String fuzzy matching library - FuzzyWuzzy

introduce

FuzzyWuzzy is a third-party tool library for string matching that computes the difference between two specified strings based on Levenshtein Distance.

Github project address

Environmental installation

Pythonv 2.7 +
Difflib
python-Levenshtein, which can be provided if the string matches the difference4-10xThe acceleration, but inCertain conditions”May cause different matching results

PIP can be used to install:

python -m pip install fuzzywuzzy
Copy the code

Or you need to install the Python-Levenshtein library:

python -m pip install fuzzywuzzy[speedup]
Copy the code

Import the alarm information when running:

UserWarning: Using slow pure-python SequenceMatcher.
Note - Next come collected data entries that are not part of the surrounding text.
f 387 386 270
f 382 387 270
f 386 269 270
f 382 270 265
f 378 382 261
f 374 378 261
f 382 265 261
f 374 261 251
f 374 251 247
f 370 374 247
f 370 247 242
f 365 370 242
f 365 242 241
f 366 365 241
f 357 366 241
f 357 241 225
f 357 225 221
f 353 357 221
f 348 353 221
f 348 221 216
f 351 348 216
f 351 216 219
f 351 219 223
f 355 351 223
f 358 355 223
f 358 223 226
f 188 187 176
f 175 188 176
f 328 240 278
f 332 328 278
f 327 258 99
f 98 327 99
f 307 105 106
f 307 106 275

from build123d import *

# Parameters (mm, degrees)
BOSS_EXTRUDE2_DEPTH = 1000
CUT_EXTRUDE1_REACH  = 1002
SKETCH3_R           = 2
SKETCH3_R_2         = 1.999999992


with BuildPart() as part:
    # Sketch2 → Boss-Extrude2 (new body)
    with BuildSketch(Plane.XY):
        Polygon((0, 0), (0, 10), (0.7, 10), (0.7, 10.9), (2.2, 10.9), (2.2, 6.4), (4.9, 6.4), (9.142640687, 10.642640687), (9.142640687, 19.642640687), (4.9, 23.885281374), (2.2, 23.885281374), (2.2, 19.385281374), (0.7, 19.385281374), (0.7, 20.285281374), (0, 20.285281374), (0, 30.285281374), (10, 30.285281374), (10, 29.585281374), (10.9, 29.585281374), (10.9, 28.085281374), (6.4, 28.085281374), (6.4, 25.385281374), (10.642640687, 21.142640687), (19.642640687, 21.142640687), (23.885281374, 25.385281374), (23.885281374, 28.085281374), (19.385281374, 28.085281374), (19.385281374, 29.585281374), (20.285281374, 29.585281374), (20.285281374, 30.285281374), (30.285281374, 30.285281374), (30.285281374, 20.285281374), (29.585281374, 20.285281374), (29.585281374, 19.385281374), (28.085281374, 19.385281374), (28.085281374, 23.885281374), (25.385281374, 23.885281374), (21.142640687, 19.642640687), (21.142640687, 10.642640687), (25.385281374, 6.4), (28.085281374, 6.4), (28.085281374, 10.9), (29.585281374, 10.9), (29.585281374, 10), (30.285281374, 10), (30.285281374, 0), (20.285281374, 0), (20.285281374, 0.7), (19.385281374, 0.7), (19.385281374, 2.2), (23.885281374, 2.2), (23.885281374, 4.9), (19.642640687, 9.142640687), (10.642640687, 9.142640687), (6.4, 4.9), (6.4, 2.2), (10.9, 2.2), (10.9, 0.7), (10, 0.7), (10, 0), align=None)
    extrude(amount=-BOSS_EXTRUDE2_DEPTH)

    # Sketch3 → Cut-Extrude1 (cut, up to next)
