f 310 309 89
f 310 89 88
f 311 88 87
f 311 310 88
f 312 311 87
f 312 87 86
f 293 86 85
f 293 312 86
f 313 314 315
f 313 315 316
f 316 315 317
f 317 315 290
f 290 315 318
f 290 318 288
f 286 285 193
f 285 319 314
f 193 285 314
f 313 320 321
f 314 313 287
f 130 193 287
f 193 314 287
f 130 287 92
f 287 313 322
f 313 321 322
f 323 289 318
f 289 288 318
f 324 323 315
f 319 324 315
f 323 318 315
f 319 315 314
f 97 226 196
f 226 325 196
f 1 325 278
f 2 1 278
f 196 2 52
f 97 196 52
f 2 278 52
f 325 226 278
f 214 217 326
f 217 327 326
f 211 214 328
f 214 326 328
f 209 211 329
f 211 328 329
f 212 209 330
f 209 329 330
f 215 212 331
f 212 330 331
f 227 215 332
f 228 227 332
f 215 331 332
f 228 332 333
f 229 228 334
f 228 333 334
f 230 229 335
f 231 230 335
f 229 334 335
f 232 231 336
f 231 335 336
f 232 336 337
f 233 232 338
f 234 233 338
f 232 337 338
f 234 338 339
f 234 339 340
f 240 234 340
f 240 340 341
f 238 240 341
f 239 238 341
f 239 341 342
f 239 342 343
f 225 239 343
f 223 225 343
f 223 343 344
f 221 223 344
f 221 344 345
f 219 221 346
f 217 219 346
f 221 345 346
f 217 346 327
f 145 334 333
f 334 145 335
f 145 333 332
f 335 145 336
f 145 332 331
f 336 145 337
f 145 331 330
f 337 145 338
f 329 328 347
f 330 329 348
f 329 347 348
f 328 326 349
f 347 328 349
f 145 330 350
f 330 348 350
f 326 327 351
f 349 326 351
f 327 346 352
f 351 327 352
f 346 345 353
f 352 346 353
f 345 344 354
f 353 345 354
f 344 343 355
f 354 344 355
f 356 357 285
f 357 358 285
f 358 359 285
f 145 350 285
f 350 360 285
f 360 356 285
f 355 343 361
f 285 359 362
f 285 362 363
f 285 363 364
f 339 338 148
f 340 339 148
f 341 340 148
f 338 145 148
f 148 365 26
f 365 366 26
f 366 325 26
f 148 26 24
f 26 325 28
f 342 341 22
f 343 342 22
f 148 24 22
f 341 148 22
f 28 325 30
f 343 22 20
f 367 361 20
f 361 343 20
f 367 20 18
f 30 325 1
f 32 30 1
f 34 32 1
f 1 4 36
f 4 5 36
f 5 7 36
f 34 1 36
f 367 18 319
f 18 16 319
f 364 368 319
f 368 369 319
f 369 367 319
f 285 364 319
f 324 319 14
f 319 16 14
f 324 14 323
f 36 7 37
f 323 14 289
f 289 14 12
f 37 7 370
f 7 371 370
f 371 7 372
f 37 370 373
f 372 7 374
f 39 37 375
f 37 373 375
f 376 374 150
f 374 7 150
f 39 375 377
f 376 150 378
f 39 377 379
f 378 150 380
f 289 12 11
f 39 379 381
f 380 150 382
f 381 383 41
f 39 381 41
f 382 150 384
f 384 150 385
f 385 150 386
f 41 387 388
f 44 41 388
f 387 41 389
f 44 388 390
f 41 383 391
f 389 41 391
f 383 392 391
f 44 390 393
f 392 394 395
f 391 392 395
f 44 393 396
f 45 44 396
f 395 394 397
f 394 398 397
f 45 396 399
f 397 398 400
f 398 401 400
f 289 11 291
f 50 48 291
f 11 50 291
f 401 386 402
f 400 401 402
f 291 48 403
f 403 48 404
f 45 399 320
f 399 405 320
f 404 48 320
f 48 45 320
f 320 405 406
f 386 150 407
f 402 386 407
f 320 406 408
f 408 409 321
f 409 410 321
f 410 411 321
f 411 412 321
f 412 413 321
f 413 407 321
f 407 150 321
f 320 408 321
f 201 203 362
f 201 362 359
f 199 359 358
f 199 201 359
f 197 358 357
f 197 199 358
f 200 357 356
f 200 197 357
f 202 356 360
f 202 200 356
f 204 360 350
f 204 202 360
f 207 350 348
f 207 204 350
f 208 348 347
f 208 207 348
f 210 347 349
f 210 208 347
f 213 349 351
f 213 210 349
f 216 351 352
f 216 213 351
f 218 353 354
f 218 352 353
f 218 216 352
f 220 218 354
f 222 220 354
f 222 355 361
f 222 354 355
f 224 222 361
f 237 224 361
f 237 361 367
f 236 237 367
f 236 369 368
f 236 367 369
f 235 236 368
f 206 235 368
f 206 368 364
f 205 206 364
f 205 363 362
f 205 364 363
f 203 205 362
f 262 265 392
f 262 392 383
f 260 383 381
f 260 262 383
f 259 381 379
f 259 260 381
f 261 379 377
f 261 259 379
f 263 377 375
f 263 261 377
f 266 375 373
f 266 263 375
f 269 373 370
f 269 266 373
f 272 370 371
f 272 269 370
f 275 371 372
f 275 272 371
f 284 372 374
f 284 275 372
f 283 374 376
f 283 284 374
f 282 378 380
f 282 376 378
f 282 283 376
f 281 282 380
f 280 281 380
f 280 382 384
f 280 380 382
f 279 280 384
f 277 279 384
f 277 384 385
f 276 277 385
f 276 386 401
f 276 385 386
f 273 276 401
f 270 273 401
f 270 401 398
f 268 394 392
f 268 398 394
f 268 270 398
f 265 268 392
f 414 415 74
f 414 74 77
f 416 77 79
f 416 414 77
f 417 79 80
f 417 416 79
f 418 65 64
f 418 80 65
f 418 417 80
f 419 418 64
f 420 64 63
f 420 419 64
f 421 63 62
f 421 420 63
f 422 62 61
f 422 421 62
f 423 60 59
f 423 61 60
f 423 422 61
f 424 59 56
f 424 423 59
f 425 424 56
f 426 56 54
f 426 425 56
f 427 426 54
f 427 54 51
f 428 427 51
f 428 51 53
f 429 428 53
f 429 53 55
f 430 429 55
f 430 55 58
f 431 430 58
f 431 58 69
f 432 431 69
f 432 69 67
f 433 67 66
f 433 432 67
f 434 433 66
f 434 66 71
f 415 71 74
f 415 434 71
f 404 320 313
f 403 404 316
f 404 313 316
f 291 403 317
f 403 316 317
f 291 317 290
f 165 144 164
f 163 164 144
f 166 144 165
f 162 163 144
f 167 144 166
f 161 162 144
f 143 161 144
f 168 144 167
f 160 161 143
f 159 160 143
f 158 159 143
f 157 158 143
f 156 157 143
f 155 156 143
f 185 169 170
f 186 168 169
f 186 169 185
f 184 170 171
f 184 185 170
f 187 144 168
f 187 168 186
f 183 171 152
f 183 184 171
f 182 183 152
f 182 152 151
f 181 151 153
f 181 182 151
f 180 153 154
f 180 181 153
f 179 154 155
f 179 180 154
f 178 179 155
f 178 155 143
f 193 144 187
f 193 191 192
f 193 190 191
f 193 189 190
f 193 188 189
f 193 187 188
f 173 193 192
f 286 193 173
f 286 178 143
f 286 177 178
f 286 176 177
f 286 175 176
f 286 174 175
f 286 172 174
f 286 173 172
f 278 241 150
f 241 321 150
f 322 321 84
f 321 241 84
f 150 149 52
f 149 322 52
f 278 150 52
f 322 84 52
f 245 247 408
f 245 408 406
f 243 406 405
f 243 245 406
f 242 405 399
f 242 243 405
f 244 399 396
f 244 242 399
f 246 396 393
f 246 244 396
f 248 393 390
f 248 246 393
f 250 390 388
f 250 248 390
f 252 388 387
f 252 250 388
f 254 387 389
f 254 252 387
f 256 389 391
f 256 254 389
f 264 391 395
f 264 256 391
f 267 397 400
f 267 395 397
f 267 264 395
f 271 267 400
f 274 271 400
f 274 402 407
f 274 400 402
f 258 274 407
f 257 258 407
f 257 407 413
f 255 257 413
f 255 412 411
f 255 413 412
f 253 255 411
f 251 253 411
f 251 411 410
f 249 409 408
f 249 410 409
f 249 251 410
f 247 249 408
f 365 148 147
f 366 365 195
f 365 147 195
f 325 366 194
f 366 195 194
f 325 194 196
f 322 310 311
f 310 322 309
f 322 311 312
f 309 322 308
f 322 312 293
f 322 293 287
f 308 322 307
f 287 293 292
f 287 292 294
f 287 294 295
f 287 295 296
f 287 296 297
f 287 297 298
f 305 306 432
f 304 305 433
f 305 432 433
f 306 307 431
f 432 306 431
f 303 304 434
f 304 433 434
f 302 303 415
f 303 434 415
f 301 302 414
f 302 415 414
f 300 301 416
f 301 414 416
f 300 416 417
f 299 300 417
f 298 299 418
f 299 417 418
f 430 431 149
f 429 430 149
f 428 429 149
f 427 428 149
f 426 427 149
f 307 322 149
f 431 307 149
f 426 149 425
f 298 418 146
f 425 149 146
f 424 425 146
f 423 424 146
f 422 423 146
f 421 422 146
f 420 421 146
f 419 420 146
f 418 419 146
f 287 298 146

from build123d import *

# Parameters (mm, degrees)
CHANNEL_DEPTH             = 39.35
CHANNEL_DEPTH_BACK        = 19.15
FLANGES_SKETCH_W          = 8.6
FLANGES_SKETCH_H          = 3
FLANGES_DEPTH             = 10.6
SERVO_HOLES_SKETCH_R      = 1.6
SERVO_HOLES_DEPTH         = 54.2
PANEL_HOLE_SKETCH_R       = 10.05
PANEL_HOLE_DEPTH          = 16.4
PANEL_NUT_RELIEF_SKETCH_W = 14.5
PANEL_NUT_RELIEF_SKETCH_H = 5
Install python-Levenshtein to remove this warning
Copy the code

Install the library for clearing alarm data:

python -m pip3 install python-levenshtein
Copy the code

Supported testing tools

pycodestyle
hypothesis
pytest

Simple to use

#! /usr/bin/env python
# _*_ Coding: UTF-8 _*_
from fuzzywuzzy import fuzz, process


# Easy to use
print(fuzz.ratio("this is a medusa blog"."this is a blog!"))  # 78

Not an exact match
print(fuzz.partial_ratio("this is a test"."this is a test!"))  # 100
print(fuzz.partial_ratio("It is never too old to learn"."It is never too old to learn!"))  # 100
print(fuzz.partial_ratio("no cross, no crown."."No cross, no crown."))  # 95

# ignore matching order
print(fuzz.ratio("Medusa Sorcerer Blog"."Blog Medusa Sorcerer"))  # 75
print(fuzz.token_sort_ratio("Medusa Sorcerer Blog"."Blog Medusa Sorcerer"))  # 100

# deduplicate subset matching
print(fuzz.token_sort_ratio("fuzzy was a bear"."fuzzy fuzzy was a bear"))  # 84
print(fuzz.token_set_ratio("fuzzy was a bear"."fuzzy fuzzy was a bear"))  # 100

[(" string ", matching degree),...]
choices = ["Atlanta Falcons"."New York Jets"."New York Giants"."Dallas Cowboys"]
print(process.extract("new york jets", choices, limit=2))  # [('New York Jets', 100), ('New York Giants', 79)]
print(process.extract("new york jets", choices, limit=4))  # [('New York Jets', 100), ('New York Giants', 79), ('Atlanta Falcons', 29), ('Dallas Cowboys', 22)]
print(process.extract("new york jets", choices))  # [('New York Jets', 100), ('New York Giants', 79), ('Atlanta Falcons', 29), ('Dallas Cowboys', 22)]

# Process enumerates matches, returns the most similar enumeration character tuple :(" string ", matching)
print(process.extractOne("cowboys", choices))  # ('Dallas Cowboys', 90)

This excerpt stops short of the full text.